The Pregnancy One Step Rapid Test (Midstream) is an in vitro diagnostic visual qualitative immunochromatographic assay designed for the rapid determination of human chorionic gonadotropin (hCG) in urine to aid in the detection of pregnancy.

Features

• The test is for self testing
• FDA Cleared
• FDA CLIA Waived 510(k) # K123574
• OTC (Over-The-Counter) Non-prescription approved by the FDA 
• CE Marked
• Kit includes two pouches, each containing a midstream test device, Instruction for Use, and desiccant
• The desiccant is for storage purposes only and is not used in the test procedure
• A procedural control is included in the test
• Sensitivity 25 mIU / mL

Human chorionic gonadotropin (hCG) is a glycoprotein hormone produced in pregnancy that is made by the developing embryo after conception and later by the syncytiotrophoblast.

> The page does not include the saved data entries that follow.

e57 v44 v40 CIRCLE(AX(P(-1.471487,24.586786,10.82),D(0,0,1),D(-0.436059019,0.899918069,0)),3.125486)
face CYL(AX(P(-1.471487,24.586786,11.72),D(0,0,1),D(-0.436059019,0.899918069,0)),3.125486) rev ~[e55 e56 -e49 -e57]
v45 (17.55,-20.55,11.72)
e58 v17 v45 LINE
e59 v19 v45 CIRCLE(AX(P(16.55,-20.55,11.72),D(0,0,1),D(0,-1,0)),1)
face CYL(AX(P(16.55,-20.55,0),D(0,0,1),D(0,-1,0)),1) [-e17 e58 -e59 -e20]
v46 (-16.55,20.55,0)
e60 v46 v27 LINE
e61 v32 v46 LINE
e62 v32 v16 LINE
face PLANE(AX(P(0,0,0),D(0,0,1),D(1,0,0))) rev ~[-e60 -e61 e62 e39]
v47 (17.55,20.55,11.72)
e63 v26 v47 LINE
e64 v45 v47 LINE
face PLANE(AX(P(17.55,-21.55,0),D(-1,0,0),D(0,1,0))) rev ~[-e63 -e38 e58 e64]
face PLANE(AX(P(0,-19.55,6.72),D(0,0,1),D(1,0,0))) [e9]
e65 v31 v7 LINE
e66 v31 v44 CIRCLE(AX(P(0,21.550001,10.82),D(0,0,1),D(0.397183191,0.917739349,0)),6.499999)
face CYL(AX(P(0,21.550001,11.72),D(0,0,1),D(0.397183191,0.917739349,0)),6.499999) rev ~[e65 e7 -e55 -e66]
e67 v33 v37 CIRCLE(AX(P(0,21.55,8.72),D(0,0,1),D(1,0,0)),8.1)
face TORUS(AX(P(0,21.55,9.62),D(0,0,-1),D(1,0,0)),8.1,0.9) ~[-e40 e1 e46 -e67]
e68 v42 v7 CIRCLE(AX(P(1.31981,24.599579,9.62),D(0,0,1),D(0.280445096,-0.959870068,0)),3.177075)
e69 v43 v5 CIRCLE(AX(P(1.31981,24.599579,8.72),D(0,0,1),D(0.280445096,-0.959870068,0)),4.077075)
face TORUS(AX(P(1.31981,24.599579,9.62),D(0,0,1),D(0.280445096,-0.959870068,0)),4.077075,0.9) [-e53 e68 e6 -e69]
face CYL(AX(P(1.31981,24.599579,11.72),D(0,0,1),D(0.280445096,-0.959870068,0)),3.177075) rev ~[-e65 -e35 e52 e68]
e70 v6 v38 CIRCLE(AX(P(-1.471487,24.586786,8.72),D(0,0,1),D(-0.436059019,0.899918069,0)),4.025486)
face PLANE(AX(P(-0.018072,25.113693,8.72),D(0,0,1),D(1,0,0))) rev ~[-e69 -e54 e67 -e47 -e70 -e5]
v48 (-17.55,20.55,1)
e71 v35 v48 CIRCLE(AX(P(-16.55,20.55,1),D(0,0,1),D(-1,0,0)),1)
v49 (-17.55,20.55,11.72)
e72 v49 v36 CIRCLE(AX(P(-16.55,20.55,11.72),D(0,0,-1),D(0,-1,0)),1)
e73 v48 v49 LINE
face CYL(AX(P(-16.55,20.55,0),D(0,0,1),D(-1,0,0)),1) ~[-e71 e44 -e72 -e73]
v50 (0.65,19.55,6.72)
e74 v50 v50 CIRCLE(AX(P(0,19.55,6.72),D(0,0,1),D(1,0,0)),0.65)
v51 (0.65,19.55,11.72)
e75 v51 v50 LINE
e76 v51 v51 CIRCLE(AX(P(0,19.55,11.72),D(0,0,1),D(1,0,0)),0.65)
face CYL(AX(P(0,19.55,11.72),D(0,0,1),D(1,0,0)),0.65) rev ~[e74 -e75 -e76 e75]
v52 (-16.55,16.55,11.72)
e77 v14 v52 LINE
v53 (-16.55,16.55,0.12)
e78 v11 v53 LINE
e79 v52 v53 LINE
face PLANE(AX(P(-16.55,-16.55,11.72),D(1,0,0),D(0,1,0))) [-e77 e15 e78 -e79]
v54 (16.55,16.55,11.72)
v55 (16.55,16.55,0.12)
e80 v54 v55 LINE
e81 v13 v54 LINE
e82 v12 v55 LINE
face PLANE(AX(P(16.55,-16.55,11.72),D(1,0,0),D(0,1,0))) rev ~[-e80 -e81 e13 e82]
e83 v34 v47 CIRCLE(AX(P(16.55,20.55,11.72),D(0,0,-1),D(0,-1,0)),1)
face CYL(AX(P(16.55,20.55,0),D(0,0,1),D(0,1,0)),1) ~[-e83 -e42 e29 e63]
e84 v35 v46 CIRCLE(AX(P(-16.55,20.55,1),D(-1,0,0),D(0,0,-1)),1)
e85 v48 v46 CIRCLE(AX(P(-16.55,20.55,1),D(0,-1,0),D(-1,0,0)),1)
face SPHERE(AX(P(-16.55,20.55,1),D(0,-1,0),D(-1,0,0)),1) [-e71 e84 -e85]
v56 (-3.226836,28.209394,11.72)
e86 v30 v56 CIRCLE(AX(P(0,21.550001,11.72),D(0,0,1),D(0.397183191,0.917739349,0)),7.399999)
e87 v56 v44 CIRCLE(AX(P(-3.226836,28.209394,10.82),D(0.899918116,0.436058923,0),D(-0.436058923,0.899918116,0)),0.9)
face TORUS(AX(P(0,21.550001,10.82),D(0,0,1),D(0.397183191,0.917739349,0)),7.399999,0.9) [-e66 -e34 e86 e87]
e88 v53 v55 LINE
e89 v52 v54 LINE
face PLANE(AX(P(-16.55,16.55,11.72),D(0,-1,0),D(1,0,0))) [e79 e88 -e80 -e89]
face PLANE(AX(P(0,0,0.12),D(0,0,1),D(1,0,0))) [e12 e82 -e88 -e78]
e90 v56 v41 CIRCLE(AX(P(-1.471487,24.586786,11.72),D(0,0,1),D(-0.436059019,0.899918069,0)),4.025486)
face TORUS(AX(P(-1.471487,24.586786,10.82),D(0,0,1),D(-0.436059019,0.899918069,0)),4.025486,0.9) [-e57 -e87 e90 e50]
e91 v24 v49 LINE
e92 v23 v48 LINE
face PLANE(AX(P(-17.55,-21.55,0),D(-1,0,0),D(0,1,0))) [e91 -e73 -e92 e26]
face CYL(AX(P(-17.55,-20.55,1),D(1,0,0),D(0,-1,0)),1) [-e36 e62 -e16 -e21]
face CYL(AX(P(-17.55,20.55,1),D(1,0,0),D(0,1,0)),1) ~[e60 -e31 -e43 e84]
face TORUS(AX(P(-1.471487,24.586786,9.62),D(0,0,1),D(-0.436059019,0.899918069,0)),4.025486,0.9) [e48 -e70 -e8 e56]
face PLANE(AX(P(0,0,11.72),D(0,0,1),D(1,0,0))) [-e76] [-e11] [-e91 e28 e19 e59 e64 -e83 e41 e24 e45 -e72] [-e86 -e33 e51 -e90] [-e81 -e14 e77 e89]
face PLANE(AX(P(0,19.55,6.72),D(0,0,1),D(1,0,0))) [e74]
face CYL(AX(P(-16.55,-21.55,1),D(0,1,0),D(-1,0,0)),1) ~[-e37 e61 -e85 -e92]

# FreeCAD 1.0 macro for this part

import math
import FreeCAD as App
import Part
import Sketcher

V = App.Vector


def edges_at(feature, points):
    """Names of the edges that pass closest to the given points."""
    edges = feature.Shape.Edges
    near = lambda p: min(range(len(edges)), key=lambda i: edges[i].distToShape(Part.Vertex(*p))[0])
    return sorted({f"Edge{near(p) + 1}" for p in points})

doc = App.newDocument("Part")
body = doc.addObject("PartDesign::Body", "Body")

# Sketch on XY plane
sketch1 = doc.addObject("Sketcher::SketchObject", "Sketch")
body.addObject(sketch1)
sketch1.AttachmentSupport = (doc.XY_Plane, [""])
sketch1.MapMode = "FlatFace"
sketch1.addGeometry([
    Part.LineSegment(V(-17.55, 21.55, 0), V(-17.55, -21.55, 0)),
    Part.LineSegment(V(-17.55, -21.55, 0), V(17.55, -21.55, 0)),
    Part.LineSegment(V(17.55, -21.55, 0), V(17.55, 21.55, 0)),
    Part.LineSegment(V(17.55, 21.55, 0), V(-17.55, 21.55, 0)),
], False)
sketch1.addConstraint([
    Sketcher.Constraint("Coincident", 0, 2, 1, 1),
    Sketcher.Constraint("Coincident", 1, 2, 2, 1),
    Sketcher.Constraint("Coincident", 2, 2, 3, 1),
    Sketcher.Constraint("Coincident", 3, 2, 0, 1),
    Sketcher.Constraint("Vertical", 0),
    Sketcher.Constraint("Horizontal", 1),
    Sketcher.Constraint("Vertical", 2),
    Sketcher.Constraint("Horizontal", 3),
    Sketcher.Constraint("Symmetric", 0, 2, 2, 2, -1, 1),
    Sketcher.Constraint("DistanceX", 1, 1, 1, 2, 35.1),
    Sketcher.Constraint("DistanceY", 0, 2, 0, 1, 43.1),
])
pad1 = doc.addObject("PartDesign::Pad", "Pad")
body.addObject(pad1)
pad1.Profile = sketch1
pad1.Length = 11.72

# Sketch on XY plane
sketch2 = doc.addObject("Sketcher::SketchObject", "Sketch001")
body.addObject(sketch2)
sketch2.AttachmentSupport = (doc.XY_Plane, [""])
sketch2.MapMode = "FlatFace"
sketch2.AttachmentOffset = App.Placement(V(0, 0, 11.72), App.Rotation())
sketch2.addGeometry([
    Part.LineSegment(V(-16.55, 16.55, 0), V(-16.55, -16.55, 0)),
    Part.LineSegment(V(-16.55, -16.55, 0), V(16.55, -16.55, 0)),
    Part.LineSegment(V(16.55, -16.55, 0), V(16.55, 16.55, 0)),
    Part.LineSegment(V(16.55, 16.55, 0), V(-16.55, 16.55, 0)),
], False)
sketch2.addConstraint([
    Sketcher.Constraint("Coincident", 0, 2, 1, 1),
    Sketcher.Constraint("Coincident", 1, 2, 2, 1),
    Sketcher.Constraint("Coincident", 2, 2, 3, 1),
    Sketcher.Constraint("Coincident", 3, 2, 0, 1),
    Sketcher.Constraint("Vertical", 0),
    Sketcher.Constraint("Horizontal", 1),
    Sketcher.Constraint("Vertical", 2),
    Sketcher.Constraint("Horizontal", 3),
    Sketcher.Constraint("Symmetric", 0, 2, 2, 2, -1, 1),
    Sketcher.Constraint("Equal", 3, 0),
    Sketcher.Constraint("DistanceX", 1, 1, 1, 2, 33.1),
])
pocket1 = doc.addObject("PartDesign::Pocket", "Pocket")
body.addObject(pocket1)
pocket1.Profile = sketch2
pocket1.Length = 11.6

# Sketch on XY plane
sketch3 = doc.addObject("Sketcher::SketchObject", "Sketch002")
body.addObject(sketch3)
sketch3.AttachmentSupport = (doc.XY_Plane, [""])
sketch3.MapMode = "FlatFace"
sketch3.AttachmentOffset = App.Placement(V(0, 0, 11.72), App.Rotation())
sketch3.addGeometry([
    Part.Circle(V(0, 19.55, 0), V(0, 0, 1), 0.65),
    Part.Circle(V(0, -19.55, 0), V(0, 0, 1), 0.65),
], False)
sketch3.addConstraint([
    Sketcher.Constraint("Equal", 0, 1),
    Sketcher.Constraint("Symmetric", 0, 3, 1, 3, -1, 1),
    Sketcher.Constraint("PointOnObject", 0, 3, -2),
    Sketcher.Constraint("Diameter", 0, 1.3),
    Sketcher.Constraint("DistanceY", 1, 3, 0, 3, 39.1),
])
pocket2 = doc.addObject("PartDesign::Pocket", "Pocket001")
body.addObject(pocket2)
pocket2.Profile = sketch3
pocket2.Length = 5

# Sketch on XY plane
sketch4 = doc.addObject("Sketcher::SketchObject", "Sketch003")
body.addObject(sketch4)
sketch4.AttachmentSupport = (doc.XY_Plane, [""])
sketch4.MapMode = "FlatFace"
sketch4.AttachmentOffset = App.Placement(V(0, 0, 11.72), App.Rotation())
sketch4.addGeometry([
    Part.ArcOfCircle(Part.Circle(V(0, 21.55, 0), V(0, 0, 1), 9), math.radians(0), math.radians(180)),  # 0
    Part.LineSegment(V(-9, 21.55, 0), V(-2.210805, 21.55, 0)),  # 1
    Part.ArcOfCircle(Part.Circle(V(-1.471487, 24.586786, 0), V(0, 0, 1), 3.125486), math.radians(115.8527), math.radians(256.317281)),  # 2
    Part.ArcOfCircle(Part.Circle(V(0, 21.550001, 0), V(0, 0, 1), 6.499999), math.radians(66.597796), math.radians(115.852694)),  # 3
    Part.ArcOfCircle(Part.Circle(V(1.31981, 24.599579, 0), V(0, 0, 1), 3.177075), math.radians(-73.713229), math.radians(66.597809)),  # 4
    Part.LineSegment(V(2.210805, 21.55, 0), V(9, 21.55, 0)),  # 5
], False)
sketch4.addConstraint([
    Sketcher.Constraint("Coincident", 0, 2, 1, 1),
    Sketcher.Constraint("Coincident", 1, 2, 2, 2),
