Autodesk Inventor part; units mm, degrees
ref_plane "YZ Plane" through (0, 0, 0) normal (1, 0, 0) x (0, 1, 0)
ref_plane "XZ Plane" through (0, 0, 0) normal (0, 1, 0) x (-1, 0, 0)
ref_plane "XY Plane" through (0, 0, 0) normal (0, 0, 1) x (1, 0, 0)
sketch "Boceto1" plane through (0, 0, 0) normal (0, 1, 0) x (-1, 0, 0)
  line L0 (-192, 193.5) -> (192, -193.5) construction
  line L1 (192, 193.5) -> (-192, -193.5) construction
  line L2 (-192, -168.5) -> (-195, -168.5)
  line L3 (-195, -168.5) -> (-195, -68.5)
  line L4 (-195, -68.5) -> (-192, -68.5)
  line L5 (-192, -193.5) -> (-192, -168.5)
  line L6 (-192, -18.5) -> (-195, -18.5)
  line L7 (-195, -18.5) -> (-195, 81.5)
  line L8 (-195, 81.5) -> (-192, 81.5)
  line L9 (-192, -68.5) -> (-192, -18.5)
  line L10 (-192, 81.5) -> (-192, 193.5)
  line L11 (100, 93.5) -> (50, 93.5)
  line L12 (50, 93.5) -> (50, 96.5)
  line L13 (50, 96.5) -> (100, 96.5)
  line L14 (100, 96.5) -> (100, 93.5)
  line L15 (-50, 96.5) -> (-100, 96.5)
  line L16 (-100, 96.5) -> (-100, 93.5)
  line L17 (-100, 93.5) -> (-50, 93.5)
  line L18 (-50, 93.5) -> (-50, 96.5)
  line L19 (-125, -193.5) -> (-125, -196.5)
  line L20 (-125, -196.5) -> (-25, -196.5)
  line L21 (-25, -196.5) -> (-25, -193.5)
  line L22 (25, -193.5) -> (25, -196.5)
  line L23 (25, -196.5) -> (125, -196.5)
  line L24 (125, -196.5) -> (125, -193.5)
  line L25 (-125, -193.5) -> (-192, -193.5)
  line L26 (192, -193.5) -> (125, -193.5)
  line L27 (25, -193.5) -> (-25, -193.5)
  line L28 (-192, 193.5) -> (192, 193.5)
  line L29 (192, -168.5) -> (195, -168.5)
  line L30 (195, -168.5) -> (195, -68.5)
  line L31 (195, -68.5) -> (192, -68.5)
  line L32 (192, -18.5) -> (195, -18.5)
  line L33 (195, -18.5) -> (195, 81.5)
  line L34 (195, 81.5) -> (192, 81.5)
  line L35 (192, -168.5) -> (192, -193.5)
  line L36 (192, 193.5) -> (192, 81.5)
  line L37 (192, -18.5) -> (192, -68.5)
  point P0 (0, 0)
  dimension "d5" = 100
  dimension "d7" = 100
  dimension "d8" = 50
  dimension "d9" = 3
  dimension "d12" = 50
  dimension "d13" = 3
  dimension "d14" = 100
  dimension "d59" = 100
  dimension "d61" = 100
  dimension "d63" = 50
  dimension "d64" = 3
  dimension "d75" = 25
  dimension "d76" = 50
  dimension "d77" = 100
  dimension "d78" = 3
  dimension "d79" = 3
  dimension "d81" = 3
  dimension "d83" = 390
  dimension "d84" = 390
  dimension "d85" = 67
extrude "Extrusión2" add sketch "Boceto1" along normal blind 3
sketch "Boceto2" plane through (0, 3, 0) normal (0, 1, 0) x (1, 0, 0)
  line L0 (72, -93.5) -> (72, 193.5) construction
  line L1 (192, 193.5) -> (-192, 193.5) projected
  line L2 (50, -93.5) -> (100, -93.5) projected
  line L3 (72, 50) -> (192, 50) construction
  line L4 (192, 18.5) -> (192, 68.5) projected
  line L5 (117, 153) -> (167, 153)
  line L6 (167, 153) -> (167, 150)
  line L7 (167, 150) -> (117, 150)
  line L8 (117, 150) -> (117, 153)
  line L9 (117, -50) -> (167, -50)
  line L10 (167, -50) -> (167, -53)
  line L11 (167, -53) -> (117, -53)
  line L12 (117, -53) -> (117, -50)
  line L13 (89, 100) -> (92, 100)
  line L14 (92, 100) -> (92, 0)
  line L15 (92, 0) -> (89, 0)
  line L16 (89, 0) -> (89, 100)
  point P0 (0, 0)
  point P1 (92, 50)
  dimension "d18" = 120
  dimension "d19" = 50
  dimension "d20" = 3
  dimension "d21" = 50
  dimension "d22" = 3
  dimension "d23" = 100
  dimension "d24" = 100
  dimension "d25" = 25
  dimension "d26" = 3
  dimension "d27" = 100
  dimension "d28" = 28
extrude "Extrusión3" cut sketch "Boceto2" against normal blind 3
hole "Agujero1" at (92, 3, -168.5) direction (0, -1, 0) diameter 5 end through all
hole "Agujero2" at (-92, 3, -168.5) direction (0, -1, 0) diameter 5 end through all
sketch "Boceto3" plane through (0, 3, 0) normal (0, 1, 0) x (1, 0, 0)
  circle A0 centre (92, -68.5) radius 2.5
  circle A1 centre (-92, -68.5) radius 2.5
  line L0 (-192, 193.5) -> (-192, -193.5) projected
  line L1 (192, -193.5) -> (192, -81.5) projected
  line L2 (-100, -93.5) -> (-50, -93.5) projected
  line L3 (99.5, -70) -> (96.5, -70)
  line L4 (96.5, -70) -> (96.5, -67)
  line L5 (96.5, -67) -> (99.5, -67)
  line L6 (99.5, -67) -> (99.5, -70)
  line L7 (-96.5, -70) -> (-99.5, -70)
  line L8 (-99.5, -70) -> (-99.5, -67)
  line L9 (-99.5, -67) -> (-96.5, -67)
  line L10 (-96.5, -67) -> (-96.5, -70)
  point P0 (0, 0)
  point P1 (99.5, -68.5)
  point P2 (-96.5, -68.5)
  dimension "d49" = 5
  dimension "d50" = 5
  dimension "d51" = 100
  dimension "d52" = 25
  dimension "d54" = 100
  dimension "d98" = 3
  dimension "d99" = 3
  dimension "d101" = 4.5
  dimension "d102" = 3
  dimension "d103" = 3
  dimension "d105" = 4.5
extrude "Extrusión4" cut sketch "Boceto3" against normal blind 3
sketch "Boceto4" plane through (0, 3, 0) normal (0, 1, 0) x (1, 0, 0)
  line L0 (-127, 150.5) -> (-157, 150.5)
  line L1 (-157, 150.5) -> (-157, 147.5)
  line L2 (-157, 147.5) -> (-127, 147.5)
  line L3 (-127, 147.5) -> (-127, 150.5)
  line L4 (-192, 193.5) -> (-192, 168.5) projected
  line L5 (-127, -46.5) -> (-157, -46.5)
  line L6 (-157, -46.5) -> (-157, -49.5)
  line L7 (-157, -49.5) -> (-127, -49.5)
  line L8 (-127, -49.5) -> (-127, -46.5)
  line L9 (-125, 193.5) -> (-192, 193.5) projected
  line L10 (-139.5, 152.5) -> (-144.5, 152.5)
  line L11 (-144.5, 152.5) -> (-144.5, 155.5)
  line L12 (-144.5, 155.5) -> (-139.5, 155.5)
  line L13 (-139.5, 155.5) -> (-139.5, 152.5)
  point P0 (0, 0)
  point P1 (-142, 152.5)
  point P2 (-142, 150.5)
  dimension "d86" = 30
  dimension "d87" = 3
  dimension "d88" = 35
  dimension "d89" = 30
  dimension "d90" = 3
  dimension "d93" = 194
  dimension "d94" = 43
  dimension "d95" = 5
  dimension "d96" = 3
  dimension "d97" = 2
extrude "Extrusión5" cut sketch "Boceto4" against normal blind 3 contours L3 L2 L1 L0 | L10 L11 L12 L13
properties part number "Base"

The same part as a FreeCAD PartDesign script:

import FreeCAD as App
import Part
import Sketcher
Q = App.Units.Quantity

doc = App.newDocument("Part")
body = doc.addObject("PartDesign::Body", "Body")

sketch1 = body.newObject("Sketcher::SketchObject", "Sketch")
sketch1.AttachmentSupport = (doc.getObject("XZ_Plane"), [""])
sketch1.MapMode = "FlatFace"
sketch1.addGeometry([
    Part.LineSegment(App.Vector(195, -168.5, 0), App.Vector(192, -168.5, 0)),
    Part.LineSegment(App.Vector(192, -168.5, 0), App.Vector(192, -193.5, 0)),
    Part.LineSegment(App.Vector(192, -193.5, 0), App.Vector(125, -193.5, 0)),
    Part.LineSegment(App.Vector(125, -193.5, 0), App.Vector(125, -196.5, 0)),
    Part.LineSegment(App.Vector(125, -196.5, 0), App.Vector(25, -196.5, 0)),
    Part.LineSegment(App.Vector(25, -196.5, 0), App.Vector(25, -193.5, 0)),
    Part.LineSegment(App.Vector(25, -193.5, 0), App.Vector(-25, -193.5, 0)),
    Part.LineSegment(App.Vector(-25, -193.5, 0), App.Vector(-25, -196.5, 0)),
    Part.LineSegment(App.Vector(-25, -196.5, 0), App.Vector(-125, -196.5, 0)),
    Part.LineSegment(App.Vector(-125, -196.5, 0), App.Vector(-125, -193.5, 0)),
    Part.LineSegment(App.Vector(-125, -193.5, 0), App.Vector(-192, -193.5, 0)),
    Part.LineSegment(App.Vector(-192, -193.5, 0), App.Vector(-192, -168.5, 0)),
    Part.LineSegment(App.Vector(-192, -168.5, 0), App.Vector(-195, -168.5, 0)),
    Part.LineSegment(App.Vector(-195, -168.5, 0), App.Vector(-195, -68.5, 0)),
    Part.LineSegment(App.Vector(-195, -68.5, 0), App.Vector(-192, -68.5, 0)),
    Part.LineSegment(App.Vector(-192, -68.5, 0), App.Vector(-192, -18.5, 0)),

In normal pregnancy, hCG can be detected in urine as early as 1-2 weeks after conception. hCG levels continue to rise very rapidly, usually exceeding 100 mIU/mL by the first missed menstrual period, and peaking in the 100,000-200,000 mIU/mL range about 10-12 weeks into pregnancy. Early pregnancy testing, in general, is based on the detection or measurement of hCG. The Pregnancy One Step Rapid Test utilizes a combination of monoclonal and polyclonal antibodies to selectively detect elevated levels of hCG in urine. Positive specimens react with the specific antibody-hCG-colored conjugate to form a colored line at the test line region of the membrane. Absence of this colored line suggests a negative result. At the level of claimed sensitivity, the Pregnancy One Step Rapid Test shows no cross-reactivity interference from the structurally related glycoprotein hormones hFSH, hLH and hTSH at high physiological levels.